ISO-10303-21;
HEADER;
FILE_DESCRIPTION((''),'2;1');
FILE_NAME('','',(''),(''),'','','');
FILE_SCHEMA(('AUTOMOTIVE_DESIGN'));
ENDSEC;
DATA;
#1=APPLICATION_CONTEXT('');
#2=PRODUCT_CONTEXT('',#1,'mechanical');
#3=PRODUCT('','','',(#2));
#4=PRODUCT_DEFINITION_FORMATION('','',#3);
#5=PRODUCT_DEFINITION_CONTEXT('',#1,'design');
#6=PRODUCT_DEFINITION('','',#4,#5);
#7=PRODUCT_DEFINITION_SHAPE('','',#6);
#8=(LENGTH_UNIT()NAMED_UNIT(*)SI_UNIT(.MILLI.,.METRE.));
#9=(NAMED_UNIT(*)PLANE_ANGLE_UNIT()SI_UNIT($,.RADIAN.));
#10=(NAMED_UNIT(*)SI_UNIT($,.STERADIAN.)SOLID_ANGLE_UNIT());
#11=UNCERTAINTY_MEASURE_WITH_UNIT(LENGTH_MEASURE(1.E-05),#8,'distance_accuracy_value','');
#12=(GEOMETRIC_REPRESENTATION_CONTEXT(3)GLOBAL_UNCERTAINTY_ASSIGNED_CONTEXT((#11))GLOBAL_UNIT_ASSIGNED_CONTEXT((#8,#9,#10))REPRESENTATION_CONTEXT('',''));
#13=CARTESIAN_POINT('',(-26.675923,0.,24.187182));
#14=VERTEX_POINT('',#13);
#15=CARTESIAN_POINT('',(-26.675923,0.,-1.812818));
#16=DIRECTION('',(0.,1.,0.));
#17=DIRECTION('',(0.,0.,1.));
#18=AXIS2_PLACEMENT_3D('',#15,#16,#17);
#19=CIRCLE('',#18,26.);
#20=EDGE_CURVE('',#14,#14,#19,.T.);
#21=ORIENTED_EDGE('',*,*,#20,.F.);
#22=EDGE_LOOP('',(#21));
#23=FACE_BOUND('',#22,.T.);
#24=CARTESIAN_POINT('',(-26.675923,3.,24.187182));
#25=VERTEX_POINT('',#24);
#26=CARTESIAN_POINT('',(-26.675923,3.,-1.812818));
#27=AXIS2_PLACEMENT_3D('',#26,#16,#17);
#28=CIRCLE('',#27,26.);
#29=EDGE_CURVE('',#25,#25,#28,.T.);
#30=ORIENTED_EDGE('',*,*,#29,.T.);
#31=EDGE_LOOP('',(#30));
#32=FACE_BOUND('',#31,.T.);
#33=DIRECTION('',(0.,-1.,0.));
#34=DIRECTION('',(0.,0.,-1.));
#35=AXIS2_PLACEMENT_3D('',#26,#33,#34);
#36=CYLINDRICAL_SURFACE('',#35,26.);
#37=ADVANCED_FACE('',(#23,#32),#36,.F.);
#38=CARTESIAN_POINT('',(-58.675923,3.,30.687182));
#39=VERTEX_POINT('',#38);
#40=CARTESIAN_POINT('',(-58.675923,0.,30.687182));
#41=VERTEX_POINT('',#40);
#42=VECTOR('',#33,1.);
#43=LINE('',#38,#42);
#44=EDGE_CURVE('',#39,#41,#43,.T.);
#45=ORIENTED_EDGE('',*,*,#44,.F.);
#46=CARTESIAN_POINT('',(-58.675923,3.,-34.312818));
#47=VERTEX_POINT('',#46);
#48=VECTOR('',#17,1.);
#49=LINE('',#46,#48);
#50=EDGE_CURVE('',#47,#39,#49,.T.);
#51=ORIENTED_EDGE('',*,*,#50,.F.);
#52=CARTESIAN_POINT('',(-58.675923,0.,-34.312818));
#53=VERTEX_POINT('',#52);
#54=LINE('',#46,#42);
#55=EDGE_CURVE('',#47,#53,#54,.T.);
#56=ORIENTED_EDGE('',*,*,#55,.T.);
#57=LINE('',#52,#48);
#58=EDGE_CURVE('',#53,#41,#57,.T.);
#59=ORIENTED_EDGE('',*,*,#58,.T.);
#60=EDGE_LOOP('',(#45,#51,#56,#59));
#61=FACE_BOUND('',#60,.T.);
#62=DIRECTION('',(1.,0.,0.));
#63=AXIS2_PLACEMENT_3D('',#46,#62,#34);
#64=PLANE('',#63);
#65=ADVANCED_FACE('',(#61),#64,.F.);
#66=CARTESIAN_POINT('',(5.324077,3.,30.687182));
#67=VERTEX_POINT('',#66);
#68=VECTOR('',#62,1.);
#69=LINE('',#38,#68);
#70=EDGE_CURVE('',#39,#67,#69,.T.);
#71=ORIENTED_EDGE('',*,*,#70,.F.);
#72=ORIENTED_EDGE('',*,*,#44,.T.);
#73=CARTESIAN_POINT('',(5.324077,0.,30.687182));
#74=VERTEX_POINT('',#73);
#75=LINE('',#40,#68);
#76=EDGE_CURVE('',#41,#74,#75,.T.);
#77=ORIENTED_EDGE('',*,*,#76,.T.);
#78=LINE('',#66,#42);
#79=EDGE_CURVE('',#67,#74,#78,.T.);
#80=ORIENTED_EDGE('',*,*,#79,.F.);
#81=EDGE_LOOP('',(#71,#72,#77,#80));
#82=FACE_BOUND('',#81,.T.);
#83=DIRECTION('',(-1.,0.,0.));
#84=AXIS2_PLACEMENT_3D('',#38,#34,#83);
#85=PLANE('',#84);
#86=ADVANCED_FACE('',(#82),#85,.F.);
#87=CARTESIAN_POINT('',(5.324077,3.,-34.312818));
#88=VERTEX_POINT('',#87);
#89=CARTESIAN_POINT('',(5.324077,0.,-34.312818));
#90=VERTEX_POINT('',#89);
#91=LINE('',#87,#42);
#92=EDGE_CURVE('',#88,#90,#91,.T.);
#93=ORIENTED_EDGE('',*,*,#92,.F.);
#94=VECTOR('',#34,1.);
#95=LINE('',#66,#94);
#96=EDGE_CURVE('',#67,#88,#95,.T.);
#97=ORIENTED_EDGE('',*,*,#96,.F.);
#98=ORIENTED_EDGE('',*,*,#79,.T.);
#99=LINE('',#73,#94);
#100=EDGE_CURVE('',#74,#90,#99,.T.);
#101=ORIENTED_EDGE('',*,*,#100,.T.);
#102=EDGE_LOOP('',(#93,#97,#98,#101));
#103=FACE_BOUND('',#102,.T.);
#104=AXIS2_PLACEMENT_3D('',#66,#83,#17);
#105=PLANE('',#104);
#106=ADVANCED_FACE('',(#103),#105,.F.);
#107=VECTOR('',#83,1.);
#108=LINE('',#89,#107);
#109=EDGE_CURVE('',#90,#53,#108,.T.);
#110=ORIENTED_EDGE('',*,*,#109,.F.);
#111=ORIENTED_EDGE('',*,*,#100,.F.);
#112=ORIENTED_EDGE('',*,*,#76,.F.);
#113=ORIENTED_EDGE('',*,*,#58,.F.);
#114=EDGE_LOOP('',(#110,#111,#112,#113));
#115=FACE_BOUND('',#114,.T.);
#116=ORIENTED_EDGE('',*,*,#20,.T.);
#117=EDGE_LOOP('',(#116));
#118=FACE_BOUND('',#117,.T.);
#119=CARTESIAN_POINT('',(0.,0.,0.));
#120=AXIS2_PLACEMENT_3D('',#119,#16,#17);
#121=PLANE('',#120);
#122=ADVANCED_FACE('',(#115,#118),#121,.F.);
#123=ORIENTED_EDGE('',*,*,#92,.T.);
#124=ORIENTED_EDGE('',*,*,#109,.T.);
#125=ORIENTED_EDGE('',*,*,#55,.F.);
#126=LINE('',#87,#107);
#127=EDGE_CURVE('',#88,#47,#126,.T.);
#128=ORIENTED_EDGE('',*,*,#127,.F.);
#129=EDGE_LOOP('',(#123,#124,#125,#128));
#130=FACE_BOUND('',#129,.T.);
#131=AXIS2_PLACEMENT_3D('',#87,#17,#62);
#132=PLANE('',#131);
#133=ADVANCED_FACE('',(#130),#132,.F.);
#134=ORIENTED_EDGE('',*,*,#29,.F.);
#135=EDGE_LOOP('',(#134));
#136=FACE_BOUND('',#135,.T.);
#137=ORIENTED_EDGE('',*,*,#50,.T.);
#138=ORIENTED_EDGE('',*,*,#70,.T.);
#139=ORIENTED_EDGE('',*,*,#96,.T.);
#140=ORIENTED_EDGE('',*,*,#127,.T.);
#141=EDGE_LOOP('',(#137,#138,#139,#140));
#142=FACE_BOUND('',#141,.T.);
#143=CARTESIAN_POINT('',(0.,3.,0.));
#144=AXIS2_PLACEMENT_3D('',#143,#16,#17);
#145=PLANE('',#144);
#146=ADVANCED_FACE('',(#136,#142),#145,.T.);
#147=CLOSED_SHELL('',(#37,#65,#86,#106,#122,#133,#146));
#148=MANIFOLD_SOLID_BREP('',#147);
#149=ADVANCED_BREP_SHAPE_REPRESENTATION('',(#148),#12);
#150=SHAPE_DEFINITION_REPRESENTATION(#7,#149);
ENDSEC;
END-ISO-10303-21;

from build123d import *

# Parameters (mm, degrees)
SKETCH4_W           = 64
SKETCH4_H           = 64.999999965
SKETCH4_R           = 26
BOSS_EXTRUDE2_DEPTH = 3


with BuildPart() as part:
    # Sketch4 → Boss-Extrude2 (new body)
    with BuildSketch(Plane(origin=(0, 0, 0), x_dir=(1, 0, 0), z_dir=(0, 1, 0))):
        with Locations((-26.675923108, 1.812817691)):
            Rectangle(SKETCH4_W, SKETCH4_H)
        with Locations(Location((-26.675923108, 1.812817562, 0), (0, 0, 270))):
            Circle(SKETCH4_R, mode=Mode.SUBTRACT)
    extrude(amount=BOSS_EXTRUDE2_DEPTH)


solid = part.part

+---+

# Problem to solve
Copy verbatim, from the listing above, each line from the one containing "#103=FACE_BOUND('',#102,.T.);" down to the one containing "#110=ORIENTED_EDGE('',*,*,#109,.F.);", inclusive.

# Exercise solution
#103=FACE_BOUND('',#102,.T.);
#104=AXIS2_PLACEMENT_3D('',#66,#83,#17);
#105=PLANE('',#104);
#106=ADVANCED_FACE('',(#103),#105,.F.);
#107=VECTOR('',#83,1.);
#108=LINE('',#89,#107);
#109=EDGE_CURVE('',#90,#53,#108,.T.);
#110=ORIENTED_EDGE('',*,*,#109,.F.);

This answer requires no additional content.